Indomitable, September 13, 2001

There is a large upscale mall in Bangkok called The World Trade Center.  I was reading contentedly when the phone rang.  A close Thai friend told me that a plane crashed into the World Trade Center.  I immediately felt a shock but not the sort of shock you did when you first heard this.  I thought she was talking about the mall.  I am ashamed to say I felt the same kind of fleeting disbelief that I feel when I hear about another bomb in the middle east.  Sadness, horror disbelief but ultimately it is another people, far away.  Killing and dying for reasons I have tried to comprehend but can not and have grown weary of trying to understand.  I imagined a small plane crashed into the lobby of the mall.  Dead people, hurt people but surreal.  Then I heard her say New York.  Then I heard her say two planes.  Then I felt my heart rate quicken.  I remembered her husband is in new york city.  My mind raced.

Thai TV didn’t help much with explanation but the images I saw were the same that you saw and that told me all there was to tell.  Then it escalated, and escalated and escalated.

Celebrating Palestinians?  I don’t care if they are Muslim, Christian or circus clowns, they are celebrating mass destruction and Massive, massive death.

How has the world come to this place.  Where did we turn, what map have we followed that has left us lost in this stark place?

What brand of person can commandeer a plane full of people and slam it into a building full of more people sending rubble pouring over the heads of still more people.  What kind of person is this?  Where is the soul?  Moreover, what kind of person witnesses this and then pours out into the street in jocular glee, handing out candy to children and neighbors in celebration of such a dire, bleak act.

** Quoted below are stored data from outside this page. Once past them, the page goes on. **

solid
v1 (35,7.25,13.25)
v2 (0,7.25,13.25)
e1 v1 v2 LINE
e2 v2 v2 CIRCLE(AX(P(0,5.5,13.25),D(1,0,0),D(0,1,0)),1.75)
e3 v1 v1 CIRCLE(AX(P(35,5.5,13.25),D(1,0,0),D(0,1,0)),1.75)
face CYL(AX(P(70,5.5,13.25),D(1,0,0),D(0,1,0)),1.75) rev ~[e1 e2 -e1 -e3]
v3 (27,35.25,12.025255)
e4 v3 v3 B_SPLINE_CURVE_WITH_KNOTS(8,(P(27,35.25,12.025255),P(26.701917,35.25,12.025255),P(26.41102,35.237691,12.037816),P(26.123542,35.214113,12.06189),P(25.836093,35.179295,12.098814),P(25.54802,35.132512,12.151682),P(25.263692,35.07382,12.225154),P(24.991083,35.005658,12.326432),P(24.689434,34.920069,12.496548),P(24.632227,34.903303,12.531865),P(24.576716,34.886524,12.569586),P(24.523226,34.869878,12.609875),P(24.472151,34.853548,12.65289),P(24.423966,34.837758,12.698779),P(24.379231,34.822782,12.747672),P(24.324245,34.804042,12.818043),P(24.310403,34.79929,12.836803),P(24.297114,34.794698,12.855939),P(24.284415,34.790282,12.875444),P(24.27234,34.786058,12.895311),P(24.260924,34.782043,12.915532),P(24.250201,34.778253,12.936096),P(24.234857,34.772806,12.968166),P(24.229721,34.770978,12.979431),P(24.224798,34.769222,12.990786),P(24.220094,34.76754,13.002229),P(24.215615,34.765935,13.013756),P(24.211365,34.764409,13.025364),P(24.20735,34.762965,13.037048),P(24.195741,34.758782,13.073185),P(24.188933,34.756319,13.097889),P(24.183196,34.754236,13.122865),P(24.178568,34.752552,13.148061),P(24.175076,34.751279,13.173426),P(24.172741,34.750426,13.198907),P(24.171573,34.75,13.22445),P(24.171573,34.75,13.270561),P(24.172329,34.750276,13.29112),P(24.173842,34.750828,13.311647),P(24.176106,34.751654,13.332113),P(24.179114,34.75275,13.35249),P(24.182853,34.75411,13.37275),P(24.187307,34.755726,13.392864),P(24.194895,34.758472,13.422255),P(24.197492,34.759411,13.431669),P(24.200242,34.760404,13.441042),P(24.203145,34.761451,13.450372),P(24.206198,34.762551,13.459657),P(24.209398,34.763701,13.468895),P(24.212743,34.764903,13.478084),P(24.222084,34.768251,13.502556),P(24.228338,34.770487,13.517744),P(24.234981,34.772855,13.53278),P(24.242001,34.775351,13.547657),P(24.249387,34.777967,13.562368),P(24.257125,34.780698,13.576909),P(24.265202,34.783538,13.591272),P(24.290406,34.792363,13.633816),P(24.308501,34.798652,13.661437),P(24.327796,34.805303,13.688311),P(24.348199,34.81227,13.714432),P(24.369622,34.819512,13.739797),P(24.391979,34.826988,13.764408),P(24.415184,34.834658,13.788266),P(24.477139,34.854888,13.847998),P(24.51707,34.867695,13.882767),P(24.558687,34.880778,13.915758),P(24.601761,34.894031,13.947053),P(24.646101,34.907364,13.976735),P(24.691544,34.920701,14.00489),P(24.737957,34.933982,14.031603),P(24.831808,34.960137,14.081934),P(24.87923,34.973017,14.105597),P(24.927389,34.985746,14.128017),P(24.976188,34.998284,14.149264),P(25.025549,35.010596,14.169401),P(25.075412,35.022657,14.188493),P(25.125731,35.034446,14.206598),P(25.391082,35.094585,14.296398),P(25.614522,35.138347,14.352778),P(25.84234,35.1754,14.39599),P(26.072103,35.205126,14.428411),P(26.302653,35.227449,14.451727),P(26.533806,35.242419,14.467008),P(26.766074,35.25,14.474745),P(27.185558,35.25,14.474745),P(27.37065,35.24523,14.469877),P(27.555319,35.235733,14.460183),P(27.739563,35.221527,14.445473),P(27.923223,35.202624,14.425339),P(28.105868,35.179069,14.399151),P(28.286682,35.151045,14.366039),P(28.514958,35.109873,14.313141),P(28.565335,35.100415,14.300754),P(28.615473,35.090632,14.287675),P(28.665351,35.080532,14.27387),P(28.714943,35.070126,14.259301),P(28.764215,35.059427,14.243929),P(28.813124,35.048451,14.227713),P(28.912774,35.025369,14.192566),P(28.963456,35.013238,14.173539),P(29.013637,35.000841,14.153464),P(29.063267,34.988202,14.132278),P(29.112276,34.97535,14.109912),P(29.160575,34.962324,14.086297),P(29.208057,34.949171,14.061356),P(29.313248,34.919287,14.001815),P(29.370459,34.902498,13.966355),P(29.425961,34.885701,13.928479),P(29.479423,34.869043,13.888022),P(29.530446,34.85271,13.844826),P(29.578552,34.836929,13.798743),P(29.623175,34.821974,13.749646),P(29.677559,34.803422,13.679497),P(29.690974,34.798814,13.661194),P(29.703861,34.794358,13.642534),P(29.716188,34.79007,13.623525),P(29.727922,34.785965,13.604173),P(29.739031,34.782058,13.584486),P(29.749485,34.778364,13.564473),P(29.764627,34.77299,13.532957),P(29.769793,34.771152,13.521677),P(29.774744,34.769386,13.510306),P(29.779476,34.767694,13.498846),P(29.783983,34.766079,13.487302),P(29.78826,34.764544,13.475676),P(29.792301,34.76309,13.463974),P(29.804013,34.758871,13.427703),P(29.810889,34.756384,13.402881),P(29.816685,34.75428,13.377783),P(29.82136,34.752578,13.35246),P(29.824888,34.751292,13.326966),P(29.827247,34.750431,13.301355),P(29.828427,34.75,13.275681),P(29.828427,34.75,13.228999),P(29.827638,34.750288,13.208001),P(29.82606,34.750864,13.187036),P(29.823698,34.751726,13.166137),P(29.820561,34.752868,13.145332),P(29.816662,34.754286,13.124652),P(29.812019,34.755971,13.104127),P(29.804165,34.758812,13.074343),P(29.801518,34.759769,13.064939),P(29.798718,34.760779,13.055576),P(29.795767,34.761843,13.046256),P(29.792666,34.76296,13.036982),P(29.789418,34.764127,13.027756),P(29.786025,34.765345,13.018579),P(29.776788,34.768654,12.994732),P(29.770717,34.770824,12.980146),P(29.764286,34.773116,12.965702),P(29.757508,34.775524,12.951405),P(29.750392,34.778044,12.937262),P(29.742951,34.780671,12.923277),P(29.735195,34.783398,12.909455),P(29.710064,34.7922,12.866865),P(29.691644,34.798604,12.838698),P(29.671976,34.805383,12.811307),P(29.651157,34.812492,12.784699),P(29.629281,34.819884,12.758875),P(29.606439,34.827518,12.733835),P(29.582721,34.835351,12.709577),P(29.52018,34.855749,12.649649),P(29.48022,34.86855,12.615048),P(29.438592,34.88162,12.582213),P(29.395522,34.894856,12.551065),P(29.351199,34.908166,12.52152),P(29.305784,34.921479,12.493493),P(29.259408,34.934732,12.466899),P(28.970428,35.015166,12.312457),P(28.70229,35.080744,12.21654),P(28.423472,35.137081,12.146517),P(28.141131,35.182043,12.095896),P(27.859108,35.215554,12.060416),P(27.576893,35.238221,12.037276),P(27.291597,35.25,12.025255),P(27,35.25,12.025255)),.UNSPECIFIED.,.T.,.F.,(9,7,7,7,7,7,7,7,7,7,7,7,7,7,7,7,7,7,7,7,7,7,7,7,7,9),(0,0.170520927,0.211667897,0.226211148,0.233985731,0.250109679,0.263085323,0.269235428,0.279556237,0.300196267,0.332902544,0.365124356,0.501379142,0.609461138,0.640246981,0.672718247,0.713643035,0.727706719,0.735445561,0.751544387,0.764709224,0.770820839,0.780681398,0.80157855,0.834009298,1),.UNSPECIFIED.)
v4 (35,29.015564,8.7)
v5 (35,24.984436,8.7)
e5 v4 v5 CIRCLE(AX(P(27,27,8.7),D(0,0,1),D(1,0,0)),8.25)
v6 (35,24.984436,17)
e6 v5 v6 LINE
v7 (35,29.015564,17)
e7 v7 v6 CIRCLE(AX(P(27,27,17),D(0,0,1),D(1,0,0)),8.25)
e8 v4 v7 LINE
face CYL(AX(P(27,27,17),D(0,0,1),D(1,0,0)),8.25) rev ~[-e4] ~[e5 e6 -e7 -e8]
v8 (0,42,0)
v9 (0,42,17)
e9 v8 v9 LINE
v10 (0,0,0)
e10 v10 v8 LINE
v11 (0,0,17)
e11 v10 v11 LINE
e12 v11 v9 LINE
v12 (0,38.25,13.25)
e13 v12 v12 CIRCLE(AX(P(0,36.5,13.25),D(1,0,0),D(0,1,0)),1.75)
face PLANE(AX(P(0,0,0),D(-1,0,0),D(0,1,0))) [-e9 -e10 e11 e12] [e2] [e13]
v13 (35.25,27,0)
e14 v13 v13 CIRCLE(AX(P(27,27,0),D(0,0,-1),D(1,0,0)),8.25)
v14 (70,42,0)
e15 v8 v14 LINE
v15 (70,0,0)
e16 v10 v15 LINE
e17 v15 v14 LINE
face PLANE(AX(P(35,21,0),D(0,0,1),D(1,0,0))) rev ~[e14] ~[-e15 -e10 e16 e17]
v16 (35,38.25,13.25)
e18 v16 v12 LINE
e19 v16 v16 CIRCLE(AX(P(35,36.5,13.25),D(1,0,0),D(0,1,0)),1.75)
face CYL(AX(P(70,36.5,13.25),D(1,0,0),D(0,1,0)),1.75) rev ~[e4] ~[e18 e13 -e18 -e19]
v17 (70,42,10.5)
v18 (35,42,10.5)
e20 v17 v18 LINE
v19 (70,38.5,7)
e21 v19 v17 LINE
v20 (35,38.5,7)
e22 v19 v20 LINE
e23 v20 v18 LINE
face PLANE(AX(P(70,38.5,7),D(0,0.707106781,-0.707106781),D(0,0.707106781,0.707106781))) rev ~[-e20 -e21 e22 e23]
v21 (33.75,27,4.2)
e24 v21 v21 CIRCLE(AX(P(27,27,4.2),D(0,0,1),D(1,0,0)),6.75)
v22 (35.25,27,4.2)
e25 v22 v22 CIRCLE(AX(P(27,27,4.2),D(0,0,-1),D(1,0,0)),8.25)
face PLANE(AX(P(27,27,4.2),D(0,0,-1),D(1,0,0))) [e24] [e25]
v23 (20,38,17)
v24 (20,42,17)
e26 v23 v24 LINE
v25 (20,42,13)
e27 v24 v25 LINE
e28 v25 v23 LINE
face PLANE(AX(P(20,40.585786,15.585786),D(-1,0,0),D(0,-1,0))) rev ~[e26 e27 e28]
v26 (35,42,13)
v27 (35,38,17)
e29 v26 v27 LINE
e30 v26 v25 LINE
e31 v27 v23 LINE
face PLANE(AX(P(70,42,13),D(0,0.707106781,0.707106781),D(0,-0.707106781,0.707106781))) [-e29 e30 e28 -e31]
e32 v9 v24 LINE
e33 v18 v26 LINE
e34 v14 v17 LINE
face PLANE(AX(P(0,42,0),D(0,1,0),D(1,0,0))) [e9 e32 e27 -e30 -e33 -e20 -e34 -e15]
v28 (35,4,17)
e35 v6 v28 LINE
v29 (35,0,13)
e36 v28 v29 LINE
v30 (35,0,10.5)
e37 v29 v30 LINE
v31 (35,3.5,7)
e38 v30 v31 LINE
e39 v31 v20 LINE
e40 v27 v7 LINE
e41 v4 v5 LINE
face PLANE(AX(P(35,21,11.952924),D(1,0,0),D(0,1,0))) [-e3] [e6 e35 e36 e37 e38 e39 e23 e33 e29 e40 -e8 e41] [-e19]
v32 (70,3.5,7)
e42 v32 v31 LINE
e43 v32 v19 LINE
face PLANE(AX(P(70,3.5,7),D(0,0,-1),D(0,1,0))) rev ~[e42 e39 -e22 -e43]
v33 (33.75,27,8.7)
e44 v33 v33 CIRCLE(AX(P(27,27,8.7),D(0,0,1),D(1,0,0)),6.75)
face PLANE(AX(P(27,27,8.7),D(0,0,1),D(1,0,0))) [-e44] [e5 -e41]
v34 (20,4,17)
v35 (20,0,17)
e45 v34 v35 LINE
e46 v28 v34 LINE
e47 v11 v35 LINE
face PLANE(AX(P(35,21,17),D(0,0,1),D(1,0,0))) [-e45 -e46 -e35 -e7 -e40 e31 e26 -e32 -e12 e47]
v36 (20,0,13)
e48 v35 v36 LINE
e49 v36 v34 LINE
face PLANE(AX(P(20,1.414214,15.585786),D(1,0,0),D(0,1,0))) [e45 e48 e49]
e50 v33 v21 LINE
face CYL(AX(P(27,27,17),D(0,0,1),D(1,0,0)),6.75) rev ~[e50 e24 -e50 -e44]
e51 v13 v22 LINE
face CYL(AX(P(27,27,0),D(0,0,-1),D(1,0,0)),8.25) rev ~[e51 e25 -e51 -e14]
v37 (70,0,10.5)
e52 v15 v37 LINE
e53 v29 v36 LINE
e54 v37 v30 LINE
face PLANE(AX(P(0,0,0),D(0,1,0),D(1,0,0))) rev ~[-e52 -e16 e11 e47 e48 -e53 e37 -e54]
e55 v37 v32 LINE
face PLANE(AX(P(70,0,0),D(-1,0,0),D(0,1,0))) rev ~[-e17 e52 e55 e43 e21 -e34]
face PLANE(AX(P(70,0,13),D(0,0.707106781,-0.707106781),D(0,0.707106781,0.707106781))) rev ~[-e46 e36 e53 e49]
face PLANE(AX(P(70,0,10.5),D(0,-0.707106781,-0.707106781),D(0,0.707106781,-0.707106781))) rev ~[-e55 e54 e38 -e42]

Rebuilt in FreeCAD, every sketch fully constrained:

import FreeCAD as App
import Part
import Sketcher
Q = App.Units.Quantity


def add_polygon(sketch, points):
    """Adds a closed chain of lines whose ends are joined by coincident constraints."""
    first, n = sketch.GeometryCount, len(points)
    for a, b in zip(points, points[1:] + points[:1]):
        sketch.addGeometry(Part.LineSegment(App.Vector(*a, 0), App.Vector(*b, 0)), False)
    for i in range(n):
        sketch.addConstraint(Sketcher.Constraint("Coincident", first + i, 2, first + (i + 1) % n, 1))

doc = App.newDocument("Part")
params = doc.addObject("Spreadsheet::Sheet", "Params")
for row, (alias, value) in enumerate([
    ("sketch1_width", "70 mm"),
    ("sketch1_height", "42 mm"),
    ("pad1_length", "17 mm"),
    ("sketch2_diameter", "3.5 mm"),
    ("sketch3_width", "4 mm"),
    ("pocket2_length", "50 mm"),
    ("sketch4_width", "35 mm"),
    ("sketch4_width2", "34 mm"),
    ("sketch4_height", "2.5 mm"),
    ("pocket3_length", "35 mm"),
    ("sketch5_diameter", "13.5 mm"),
    ("sketch6_diameter", "16.5 mm"),
    ("pocket5_length", "8.3 mm"),
    ("sketch7_diameter", "16.5 mm"),
    ("pocket6_length", "4.2 mm"),
], start=1):
    params.set(f"A{row}", alias)
    params.set(f"B{row}", "=" + value)
    params.setAlias(f"B{row}", alias)

body = doc.addObject("PartDesign::Body", "Body")

sketch1 = body.newObject("Sketcher::SketchObject", "Sketch")
sketch1.AttachmentSupport = (doc.getObject("XY_Plane"), [""])
sketch1.MapMode = "FlatFace"
add_polygon(sketch1, [(0, 42), (0, 0), (70, 0), (70, 42)])
sketch1.addConstraint(Sketcher.Constraint("Vertical", 0))
sketch1.addConstraint(Sketcher.Constraint("Horizontal", 1))
sketch1.addConstraint(Sketcher.Constraint("Vertical", 2))
sketch1.addConstraint(Sketcher.Constraint("Horizontal", 3))
sketch1.addConstraint(Sketcher.Constraint("Coincident", 0, 2, -1, 1))
sketch1.addConstraint(Sketcher.Constraint("DistanceX", 1, 1, 1, 2, Q("70 mm")))
sketch1.addConstraint(Sketcher.Constraint("DistanceY", 0, 2, 0, 1, Q("42 mm")))
sketch1.setExpression("Constraints[9]", "Params.sketch1_width")
sketch1.setExpression("Constraints[10]", "Params.sketch1_height")
pad1 = body.newObject("PartDesign::Pad", "Pad")
pad1.Profile = sketch1
pad1.setExpression("Length", "Params.pad1_length")

sketch2 = body.newObject("Sketcher::SketchObject", "Sketch001")
sketch2.AttachmentSupport = (doc.getObject("YZ_Plane"), [""])
sketch2.MapMode = "FlatFace"
sketch2.AttachmentOffset = App.Placement(App.Vector(0, 0, 70), App.Rotation())
sketch2.addGeometry(Part.Circle(App.Vector(5.5, 13.2, 0), App.Vector(0, 0, 1), 1.8), False)
sketch2.addGeometry(Part.Circle(App.Vector(36.5, 13.2, 0), App.Vector(0, 0, 1), 1.8), False)
sketch2.addConstraint(Sketcher.Constraint("Equal", 0, 1))
sketch2.addConstraint(Sketcher.Constraint("Horizontal", 0, 3, 1, 3))
sketch2.addConstraint(Sketcher.Constraint("Diameter", 0, Q("3.5 mm")))
sketch2.addConstraint(Sketcher.Constraint("DistanceX", 0, 3, 1, 3, Q("31 mm")))
sketch2.addConstraint(Sketcher.Constraint("DistanceX", -1, 1, 0, 3, Q("5.5 mm")))
sketch2.addConstraint(Sketcher.Constraint("DistanceY", -1, 1, 0, 3, Q("13.25 mm")))
sketch2.setExpression("Constraints[2]", "Params.sketch2_diameter")
pocket1 = body.newObject("PartDesign::Pocket", "Pocket")
pocket1.Profile = sketch2
pocket1.Type = "ThroughAll"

You loft your hands in the air and dance in the street over the greatest single act of malicious violence in history.

Ussama Bin Laden denies involvement but states that he supports the action.  –  Then, with those words, welcome to the row.  Accept responsibility for your beliefs and opinion.  You believe in killing the innocent in the name of god.  I believe in personal religious interpretation.  I believe in establishing a personal set of morals based on  a personal relationship with god butYou are, quite frankly, wrong.  You are, quite frankly,  insane.  You do not, quite frankly, deserve the life that god has given you.  You will not break us.  You can not conquer us.  We will all die before you sink your evil fingers into our homeland.  But that is what you want isn’t it.  So, bring that aggression to us.  Come and see what we can do.  See, how lazy and complascent our fat capitalistic asses are when we are pushed in a corner.  How dare you bring your mismanaged psyche and politcs to our yard.  How dare your extort the lives of OUR brothers and sisters for YOUR asinine Jihad?  How dare you kill in the name of GOD!

If they are as Tony Blair said, “utterly indifferent to the sanctity of life” then perhaps they do not deserve the life they have been given.  Perhaps their gift should be eradicated as well.  I swear I never thought I would feel this way, I never thought I would say it and possibly even TRULY BELIEVE it in my heart, but maybe it is time to extract an eye for our eye lost.

I can’t think that way…. but I do.

Bush: “quiet unyielding anger”

We have sacrificed for your skirmishes.  WE have tried to help mend your wounds.  WE have orchestrated meetings and open fists into open arms.

Right now my infolifeline to the world is cnbc – financial news pap.  They are the best I have here and all they talk about are  issues like what will the loss of all the personnel of morgan, Stanley Dean witter, what will that loss have to do with the market and the margin rate?  This is really disgusting.  Ah, my bottom line.  My portfolio.  My stock options.  Could I potentially profit from this bleak day?

What about the mother who won’t be coming from work again ever.  The father who won’t be pull into the driveway ever again.

Bitter enemies:  My country is hated

IF I have any bitter enemies in my life they would be the motorcycle taxi drivers here in Bangkok.  Our relationship could be better described as symbiotic tolerance.  But at the end of my darkest night.  My “bitter enemy” asked me where I was from and expressed his sympathy.  I don’t know how he had heard so quickly?  But…. He was sincere and I thanked him.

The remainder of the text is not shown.